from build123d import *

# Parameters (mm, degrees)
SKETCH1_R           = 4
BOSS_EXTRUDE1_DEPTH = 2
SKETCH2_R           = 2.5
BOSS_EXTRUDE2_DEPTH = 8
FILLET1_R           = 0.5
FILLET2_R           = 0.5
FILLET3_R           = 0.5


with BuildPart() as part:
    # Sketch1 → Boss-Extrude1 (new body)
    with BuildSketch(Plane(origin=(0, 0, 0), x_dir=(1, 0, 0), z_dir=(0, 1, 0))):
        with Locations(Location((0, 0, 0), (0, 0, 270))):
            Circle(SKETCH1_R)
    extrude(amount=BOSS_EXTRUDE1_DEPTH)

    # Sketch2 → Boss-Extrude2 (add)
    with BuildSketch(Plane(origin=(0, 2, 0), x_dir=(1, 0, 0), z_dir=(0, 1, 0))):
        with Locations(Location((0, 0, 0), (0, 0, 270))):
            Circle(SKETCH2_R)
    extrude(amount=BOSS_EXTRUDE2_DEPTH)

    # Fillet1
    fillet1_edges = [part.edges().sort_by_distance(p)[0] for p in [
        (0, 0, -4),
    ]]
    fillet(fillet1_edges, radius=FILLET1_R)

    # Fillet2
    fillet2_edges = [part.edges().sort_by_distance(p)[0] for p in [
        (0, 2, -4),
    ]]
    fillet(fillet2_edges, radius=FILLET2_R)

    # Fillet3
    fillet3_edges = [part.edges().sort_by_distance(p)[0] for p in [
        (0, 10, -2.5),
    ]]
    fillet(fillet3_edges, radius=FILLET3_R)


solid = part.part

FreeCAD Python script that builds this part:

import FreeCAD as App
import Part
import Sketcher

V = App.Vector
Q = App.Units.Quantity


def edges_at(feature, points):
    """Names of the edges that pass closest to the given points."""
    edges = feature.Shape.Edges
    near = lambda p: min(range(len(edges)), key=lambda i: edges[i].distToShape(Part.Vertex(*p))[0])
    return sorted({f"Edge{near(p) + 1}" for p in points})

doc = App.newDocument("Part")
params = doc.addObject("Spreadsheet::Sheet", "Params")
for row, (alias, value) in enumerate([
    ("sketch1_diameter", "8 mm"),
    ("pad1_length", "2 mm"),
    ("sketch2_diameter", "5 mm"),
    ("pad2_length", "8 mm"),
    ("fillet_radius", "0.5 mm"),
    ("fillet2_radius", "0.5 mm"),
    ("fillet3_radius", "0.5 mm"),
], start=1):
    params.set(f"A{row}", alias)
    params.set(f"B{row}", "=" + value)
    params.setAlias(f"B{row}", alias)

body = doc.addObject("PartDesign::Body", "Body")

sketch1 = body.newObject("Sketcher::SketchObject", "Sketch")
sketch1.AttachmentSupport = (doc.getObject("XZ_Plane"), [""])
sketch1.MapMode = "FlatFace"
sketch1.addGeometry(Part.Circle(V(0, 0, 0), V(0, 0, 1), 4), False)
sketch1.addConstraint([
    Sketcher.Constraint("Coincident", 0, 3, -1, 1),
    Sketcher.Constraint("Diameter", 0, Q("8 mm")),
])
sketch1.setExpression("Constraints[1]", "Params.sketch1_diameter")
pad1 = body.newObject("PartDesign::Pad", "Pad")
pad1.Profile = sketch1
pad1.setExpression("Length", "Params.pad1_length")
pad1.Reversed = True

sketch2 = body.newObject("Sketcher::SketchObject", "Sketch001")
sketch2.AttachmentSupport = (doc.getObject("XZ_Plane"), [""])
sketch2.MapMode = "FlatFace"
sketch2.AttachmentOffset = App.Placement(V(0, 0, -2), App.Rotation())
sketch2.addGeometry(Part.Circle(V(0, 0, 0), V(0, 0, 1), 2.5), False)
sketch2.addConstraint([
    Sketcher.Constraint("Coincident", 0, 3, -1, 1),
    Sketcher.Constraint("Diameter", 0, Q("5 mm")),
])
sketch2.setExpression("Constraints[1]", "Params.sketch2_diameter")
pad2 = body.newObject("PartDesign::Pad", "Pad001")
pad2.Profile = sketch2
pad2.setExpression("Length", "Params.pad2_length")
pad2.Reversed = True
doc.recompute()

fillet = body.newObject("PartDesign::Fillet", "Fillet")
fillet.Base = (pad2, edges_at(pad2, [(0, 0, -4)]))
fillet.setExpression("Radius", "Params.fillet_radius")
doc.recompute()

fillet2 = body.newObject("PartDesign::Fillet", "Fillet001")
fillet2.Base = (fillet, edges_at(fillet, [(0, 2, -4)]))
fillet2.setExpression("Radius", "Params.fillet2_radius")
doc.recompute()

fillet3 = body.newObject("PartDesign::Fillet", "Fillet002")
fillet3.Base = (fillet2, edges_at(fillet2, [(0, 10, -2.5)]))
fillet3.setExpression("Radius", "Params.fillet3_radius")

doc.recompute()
* * *
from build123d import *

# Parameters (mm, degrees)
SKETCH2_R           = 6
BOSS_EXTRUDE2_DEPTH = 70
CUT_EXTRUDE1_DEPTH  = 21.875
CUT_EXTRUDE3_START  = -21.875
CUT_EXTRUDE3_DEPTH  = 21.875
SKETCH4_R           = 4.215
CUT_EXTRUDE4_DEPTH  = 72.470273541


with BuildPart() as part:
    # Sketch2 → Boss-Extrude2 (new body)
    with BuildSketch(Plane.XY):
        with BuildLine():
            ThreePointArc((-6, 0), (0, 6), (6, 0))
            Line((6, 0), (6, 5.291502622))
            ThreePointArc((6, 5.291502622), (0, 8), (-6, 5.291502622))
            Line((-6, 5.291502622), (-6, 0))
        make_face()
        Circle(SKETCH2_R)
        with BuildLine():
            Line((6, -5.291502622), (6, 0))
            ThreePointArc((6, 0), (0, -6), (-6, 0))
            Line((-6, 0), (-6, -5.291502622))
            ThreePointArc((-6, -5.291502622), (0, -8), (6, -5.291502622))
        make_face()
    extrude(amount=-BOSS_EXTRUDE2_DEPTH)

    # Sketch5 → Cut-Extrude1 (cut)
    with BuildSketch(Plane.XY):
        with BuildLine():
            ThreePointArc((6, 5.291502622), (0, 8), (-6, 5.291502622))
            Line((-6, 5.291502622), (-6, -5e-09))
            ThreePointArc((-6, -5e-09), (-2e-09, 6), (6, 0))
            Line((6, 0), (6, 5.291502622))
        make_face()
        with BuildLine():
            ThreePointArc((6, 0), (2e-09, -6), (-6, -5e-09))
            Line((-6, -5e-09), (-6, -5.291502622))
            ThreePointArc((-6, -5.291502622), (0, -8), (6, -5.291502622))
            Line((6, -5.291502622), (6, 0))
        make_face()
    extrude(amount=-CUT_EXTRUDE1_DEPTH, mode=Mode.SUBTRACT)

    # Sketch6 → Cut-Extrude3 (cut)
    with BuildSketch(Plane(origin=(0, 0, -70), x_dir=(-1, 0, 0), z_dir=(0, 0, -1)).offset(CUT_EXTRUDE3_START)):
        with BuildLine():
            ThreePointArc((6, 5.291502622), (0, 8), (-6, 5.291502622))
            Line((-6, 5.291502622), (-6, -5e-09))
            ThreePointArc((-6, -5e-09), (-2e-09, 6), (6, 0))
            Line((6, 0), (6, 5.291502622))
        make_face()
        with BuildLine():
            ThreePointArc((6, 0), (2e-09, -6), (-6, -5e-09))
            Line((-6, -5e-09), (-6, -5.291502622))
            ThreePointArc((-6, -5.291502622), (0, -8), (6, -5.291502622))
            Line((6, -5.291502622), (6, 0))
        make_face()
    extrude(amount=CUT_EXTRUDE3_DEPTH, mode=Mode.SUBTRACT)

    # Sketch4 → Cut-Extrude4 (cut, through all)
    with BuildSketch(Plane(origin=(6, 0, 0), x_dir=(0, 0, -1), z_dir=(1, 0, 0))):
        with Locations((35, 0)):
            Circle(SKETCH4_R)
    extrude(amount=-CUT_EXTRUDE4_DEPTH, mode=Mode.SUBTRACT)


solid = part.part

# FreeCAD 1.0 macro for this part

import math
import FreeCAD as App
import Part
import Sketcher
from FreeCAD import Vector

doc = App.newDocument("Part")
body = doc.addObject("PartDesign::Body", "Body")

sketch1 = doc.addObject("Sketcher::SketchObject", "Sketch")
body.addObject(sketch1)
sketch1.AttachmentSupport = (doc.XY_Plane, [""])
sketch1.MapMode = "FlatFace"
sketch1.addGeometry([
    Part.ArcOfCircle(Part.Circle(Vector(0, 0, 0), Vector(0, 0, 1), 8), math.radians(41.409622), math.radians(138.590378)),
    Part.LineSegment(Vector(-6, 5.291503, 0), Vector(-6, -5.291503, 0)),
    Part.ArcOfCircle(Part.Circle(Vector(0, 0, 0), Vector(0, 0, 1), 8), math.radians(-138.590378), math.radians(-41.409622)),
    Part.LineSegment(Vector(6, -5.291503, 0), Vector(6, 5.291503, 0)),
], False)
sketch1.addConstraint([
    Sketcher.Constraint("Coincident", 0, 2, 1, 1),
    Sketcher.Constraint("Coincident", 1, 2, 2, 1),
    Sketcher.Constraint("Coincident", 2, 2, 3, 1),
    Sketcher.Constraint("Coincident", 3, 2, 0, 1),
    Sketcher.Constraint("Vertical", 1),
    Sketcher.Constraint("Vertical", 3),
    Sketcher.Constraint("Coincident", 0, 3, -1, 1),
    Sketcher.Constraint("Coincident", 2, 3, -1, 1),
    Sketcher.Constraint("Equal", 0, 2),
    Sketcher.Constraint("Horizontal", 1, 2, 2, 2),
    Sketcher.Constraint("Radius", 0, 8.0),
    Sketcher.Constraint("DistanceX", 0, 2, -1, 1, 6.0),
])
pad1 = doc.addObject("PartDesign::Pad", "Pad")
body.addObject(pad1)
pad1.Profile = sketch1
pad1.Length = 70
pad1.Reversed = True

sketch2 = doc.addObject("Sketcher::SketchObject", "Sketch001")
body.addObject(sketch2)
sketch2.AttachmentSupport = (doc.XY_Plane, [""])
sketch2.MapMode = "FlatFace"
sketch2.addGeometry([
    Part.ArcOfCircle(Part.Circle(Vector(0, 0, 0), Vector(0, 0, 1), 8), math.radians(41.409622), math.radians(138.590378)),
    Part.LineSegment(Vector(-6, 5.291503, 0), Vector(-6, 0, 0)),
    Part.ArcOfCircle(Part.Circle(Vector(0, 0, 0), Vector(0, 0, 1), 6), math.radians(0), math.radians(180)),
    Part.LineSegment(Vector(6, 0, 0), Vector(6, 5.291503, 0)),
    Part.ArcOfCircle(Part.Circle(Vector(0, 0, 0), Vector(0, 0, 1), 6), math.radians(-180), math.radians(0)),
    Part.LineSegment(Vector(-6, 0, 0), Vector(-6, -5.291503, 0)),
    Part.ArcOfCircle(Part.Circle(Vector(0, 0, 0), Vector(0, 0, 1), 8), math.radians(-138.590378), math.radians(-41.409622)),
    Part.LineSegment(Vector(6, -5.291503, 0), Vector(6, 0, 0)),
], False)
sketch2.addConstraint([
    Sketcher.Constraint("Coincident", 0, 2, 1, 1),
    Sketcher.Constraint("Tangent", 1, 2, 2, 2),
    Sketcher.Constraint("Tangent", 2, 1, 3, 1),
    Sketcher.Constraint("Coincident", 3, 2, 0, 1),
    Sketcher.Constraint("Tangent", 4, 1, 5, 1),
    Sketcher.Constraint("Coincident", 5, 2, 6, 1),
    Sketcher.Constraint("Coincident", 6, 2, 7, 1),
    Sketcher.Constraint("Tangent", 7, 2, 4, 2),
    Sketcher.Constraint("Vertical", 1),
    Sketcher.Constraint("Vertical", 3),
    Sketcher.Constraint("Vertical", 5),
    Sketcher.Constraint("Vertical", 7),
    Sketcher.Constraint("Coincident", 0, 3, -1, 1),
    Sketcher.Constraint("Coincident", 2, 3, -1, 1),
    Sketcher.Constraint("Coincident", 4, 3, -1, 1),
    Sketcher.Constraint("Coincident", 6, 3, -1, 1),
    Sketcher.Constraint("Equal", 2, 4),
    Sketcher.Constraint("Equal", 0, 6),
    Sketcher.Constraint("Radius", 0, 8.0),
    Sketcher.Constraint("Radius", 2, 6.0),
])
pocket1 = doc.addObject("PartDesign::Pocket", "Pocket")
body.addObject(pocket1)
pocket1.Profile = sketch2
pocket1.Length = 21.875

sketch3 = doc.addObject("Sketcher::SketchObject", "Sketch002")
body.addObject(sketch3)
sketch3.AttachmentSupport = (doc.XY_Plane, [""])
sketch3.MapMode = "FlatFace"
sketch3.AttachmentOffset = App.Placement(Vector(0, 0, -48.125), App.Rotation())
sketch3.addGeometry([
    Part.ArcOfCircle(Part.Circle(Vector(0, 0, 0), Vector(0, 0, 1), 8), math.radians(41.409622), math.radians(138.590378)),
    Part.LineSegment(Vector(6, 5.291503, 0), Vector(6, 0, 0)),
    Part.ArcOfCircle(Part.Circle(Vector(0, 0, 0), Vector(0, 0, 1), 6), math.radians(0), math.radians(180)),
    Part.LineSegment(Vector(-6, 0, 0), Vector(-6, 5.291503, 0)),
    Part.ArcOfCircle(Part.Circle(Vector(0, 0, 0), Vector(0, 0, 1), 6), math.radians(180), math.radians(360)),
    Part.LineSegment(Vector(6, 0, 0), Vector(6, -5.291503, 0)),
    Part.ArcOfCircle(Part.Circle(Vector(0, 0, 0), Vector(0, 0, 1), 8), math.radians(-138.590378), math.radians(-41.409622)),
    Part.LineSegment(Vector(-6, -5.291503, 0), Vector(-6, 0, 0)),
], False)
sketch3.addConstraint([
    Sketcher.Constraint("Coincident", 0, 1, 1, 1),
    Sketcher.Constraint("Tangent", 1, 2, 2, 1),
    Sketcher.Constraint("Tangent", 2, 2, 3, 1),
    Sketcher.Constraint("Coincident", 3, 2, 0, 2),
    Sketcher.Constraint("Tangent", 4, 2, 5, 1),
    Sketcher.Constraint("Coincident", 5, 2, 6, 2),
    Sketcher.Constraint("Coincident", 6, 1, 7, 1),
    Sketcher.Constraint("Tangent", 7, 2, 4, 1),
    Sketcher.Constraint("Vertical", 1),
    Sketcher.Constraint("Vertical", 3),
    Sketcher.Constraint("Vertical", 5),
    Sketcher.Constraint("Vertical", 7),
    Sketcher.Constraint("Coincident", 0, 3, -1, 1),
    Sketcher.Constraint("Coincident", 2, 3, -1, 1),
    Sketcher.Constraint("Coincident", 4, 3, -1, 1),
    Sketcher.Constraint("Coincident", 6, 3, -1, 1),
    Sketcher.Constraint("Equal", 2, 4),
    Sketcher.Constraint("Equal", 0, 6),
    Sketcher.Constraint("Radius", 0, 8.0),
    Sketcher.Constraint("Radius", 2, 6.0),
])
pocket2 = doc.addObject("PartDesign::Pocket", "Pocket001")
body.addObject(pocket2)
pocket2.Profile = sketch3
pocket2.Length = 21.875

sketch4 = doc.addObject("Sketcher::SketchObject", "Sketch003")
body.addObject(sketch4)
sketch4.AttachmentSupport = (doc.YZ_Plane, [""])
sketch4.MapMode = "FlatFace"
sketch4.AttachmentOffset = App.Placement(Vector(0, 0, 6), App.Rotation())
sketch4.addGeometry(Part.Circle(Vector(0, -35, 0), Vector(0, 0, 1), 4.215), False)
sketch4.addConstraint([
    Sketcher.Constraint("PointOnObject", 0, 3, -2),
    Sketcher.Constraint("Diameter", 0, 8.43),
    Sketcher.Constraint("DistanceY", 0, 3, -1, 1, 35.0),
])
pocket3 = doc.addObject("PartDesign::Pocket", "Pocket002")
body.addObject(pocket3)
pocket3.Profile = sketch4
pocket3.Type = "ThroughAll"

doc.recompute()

Task: Each line of the data that includes "SUBTRACT" should be copied.

Task output:
    extrude(amount=-CUT_EXTRUDE1_DEPTH, mode=Mode.SUBTRACT)
    extrude(amount=CUT_EXTRUDE3_DEPTH, mode=Mode.SUBTRACT)
    extrude(amount=-CUT_EXTRUDE4_DEPTH, mode=Mode.SUBTRACT)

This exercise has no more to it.